» Directions:
Only the lines from the one containing "f 401 362 361" through the end of the data below should be copied, each exactly as written and with both ends kept.
Input data START
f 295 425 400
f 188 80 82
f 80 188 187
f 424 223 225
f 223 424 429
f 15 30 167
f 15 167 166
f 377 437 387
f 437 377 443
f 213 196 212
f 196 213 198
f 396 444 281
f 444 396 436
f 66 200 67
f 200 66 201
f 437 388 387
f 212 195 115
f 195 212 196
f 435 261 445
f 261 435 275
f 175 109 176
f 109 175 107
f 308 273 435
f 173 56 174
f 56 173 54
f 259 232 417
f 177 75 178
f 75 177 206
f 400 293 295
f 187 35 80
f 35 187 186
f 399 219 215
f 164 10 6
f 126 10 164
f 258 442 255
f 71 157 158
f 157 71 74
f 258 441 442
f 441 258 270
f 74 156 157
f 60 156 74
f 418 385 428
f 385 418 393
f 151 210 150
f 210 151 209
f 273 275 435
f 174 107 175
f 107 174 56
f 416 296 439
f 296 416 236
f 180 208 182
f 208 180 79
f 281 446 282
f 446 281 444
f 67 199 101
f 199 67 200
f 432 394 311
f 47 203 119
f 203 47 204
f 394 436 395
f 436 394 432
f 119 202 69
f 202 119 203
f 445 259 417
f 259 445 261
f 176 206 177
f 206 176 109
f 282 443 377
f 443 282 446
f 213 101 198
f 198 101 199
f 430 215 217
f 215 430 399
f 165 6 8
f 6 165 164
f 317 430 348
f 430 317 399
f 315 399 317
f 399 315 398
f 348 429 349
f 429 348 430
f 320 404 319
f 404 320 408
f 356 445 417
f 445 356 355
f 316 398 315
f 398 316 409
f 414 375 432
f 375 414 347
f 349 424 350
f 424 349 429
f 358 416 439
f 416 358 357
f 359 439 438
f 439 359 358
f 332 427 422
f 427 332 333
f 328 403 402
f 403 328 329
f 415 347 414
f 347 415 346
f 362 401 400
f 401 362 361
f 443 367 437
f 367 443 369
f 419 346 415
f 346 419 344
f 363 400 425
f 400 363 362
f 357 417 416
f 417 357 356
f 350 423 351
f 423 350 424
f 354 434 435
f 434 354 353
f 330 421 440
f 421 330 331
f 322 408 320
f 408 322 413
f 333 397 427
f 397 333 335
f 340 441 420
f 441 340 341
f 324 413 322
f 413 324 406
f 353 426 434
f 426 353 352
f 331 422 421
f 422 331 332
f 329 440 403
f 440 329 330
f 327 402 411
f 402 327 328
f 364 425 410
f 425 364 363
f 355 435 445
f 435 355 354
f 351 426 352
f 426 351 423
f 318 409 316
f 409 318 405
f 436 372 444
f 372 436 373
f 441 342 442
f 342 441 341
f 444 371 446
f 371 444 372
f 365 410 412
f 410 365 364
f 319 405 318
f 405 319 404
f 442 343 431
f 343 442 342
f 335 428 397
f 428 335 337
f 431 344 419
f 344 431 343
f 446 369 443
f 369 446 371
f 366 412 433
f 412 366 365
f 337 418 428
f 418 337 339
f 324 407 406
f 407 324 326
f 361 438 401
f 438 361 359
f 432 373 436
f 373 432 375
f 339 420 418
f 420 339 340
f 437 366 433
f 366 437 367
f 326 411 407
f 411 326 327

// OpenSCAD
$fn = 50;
Input data END
» Answer space:
f 401 362 361
f 443 367 437
f 367 443 369
f 419 346 415
f 346 419 344
f 363 400 425
f 400 363 362
f 357 417 416
f 417 357 356
f 350 423 351
f 423 350 424
f 354 434 435
f 434 354 353
f 330 421 440
f 421 330 331
f 322 408 320
f 408 322 413
f 333 397 427
f 397 333 335
f 340 441 420
f 441 340 341
f 324 413 322
f 413 324 406
f 353 426 434
f 426 353 352
f 331 422 421
f 422 331 332
f 329 440 403
f 440 329 330
f 327 402 411
f 402 327 328
f 364 425 410
f 425 364 363
f 355 435 445
f 435 355 354
f 351 426 352
f 426 351 423
f 318 409 316
f 409 318 405
f 436 372 444
f 372 436 373
f 441 342 442
f 342 441 341
f 444 371 446
f 371 444 372
f 365 410 412
f 410 365 364
f 319 405 318
f 405 319 404
f 442 343 431
f 343 442 342
f 335 428 397
f 428 335 337
f 431 344 419
f 344 431 343
f 446 369 443
f 369 446 371
f 366 412 433
f 412 366 365
f 337 418 428
f 418 337 339
f 324 407 406
f 407 324 326
f 361 438 401
f 438 361 359
f 432 373 436
f 373 432 375
f 339 420 418
f 420 339 340
f 437 366 433
f 366 437 367
f 326 411 407
f 411 326 327

// OpenSCAD
$fn = 50;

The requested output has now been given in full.